▸ WHAT TO DO:
Filter these records by the string "Locations", copying each line that holds it.
....
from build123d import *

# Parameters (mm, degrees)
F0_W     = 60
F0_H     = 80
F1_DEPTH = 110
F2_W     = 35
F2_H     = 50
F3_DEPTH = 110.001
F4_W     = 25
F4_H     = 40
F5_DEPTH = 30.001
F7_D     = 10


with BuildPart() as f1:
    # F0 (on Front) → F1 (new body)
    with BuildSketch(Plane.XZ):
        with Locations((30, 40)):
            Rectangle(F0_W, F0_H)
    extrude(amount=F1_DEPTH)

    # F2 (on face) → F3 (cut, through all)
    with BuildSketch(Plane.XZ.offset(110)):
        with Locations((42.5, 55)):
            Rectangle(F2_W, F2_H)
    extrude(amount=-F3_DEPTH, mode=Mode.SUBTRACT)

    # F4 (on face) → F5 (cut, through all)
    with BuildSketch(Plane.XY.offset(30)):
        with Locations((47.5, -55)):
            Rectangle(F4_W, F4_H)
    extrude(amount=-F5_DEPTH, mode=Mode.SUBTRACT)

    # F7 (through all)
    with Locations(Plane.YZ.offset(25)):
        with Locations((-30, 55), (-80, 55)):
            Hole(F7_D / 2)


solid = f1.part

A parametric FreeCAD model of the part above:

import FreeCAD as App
import Part
import Sketcher
Q = App.Units.Quantity


def add_polygon(sketch, points):
    """Adds a closed chain of lines whose ends are joined by coincident constraints."""
    first, n = sketch.GeometryCount, len(points)
    for a, b in zip(points, points[1:] + points[:1]):
        sketch.addGeometry(Part.LineSegment(App.Vector(*a, 0), App.Vector(*b, 0)), False)
    for i in range(n):
        sketch.addConstraint(Sketcher.Constraint("Coincident", first + i, 2, first + (i + 1) % n, 1))

doc = App.newDocument("Part")
params = doc.addObject("Spreadsheet::Sheet", "Params")
for row, (alias, value) in enumerate([
    ("sketch1_width", "60 mm"),
    ("sketch1_height", "80 mm"),
    ("pad1_length", "110 mm"),
    ("sketch2_width", "35 mm"),
    ("sketch2_height", "50 mm"),
    ("sketch3_width", "25 mm"),
    ("sketch3_height", "40 mm"),
    ("sketch4_diameter", "10 mm"),
    ("hole_diameter", "10 mm"),
], start=1):
    params.set(f"A{row}", alias)
    params.set(f"B{row}", "=" + value)
    params.setAlias(f"B{row}", alias)

body = doc.addObject("PartDesign::Body", "Body")

sketch1 = body.newObject("Sketcher::SketchObject", "Sketch")
sketch1.AttachmentSupport = (doc.getObject("XZ_Plane"), [""])
sketch1.MapMode = "FlatFace"
add_polygon(sketch1, [(0, 80), (0, 0), (60, 0), (60, 80)])
sketch1.addConstraint([
    Sketcher.Constraint("Vertical", 0),
    Sketcher.Constraint("Horizontal", 1),
    Sketcher.Constraint("Vertical", 2),
    Sketcher.Constraint("Horizontal", 3),
    Sketcher.Constraint("Coincident", 0, 2, -1, 1),
    Sketcher.Constraint("DistanceX", 1, 1, 1, 2, Q("60 mm")),
    Sketcher.Constraint("DistanceY", 0, 2, 0, 1, Q("80 mm")),
])
sketch1.setExpression("Constraints[9]", "Params.sketch1_width")
sketch1.setExpression("Constraints[10]", "Params.sketch1_height")
pad1 = body.newObject("PartDesign::Pad", "Pad")
pad1.Profile = sketch1
pad1.setExpression("Length", "Params.pad1_length")

sketch2 = body.newObject("Sketcher::SketchObject", "Sketch001")
sketch2.AttachmentSupport = (doc.getObject("XZ_Plane"), [""])
sketch2.MapMode = "FlatFace"
sketch2.AttachmentOffset = App.Placement(App.Vector(0, 0, 110), App.Rotation())
add_polygon(sketch2, [(25, 80), (25, 30), (60, 30), (60, 80)])
sketch2.addConstraint([
    Sketcher.Constraint("Vertical", 0),
    Sketcher.Constraint("Horizontal", 1),
    Sketcher.Constraint("Vertical", 2),
    Sketcher.Constraint("Horizontal", 3),
    Sketcher.Constraint("DistanceX", 1, 1, 1, 2, Q("35 mm")),
    Sketcher.Constraint("DistanceY", 0, 2, 0, 1, Q("50 mm")),
    Sketcher.Constraint("DistanceX", -1, 1, 0, 2, Q("25 mm")),
    Sketcher.Constraint("DistanceY", -1, 1, 0, 2, Q("30 mm")),
])
sketch2.setExpression("Constraints[8]", "Params.sketch2_width")
sketch2.setExpression("Constraints[9]", "Params.sketch2_height")
pocket1 = body.newObject("PartDesign::Pocket", "Pocket")
pocket1.Profile = sketch2
pocket1.Type = "ThroughAll"

sketch3 = body.newObject("Sketcher::SketchObject", "Sketch002")
sketch3.AttachmentSupport = (doc.getObject("XY_Plane"), [""])
sketch3.MapMode = "FlatFace"
sketch3.AttachmentOffset = App.Placement(App.Vector(0, 0, 30), App.Rotation())
add_polygon(sketch3, [(35, -35), (35, -75), (60, -75), (60, -35)])
sketch3.addConstraint([
    Sketcher.Constraint("Vertical", 0),
    Sketcher.Constraint("Horizontal", 1),
    Sketcher.Constraint("Vertical", 2),
    Sketcher.Constraint("Horizontal", 3),
    Sketcher.Constraint("DistanceX", 1, 1, 1, 2, Q("25 mm")),
    Sketcher.Constraint("DistanceY", 0, 2, 0, 1, Q("40 mm")),
    Sketcher.Constraint("DistanceX", -1, 1, 0, 2, Q("35 mm")),
    Sketcher.Constraint("DistanceY", 0, 2, -1, 1, Q("75 mm")),
])
sketch3.setExpression("Constraints[8]", "Params.sketch3_width")
sketch3.setExpression("Constraints[9]", "Params.sketch3_height")
pocket2 = body.newObject("PartDesign::Pocket", "Pocket001")
pocket2.Profile = sketch3
pocket2.Type = "ThroughAll"

sketch4 = body.newObject("Sketcher::SketchObject", "Sketch003")
sketch4.AttachmentSupport = (doc.getObject("YZ_Plane"), [""])
sketch4.MapMode = "FlatFace"
sketch4.AttachmentOffset = App.Placement(App.Vector(0, 0, 25), App.Rotation())
sketch4.addGeometry([
    Part.Circle(App.Vector(-30, 55, 0), App.Vector(0, 0, 1), 5),
    Part.Circle(App.Vector(-80, 55, 0), App.Vector(0, 0, 1), 5),
], False)
sketch4.addConstraint([
    Sketcher.Constraint("Equal", 0, 1),
    Sketcher.Constraint("Horizontal", 0, 3, 1, 3),
    Sketcher.Constraint("Diameter", 0, Q("10 mm")),
    Sketcher.Constraint("DistanceX", 0, 3, -1, 1, Q("30 mm")),
    Sketcher.Constraint("DistanceY", -1, 1, 0, 3, Q("55 mm")),
    Sketcher.Constraint("DistanceX", 1, 3, -1, 1, Q("80 mm")),
])
sketch4.setExpression("Constraints[2]", "Params.sketch4_diameter")
doc.recompute()
hole = body.newObject("PartDesign::Hole", "Hole")
hole.Profile = sketch4
hole.ThreadType = "None"
hole.setExpression("Diameter", "Params.hole_diameter")
hole.DepthType = "ThroughAll"

doc.recompute()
....
▸ TASK RESULT:
        with Locations((30, 40)):
        with Locations((42.5, 55)):
        with Locations((47.5, -55)):
    with Locations(Plane.YZ.offset(25)):
        with Locations((-30, 55), (-80, 55)):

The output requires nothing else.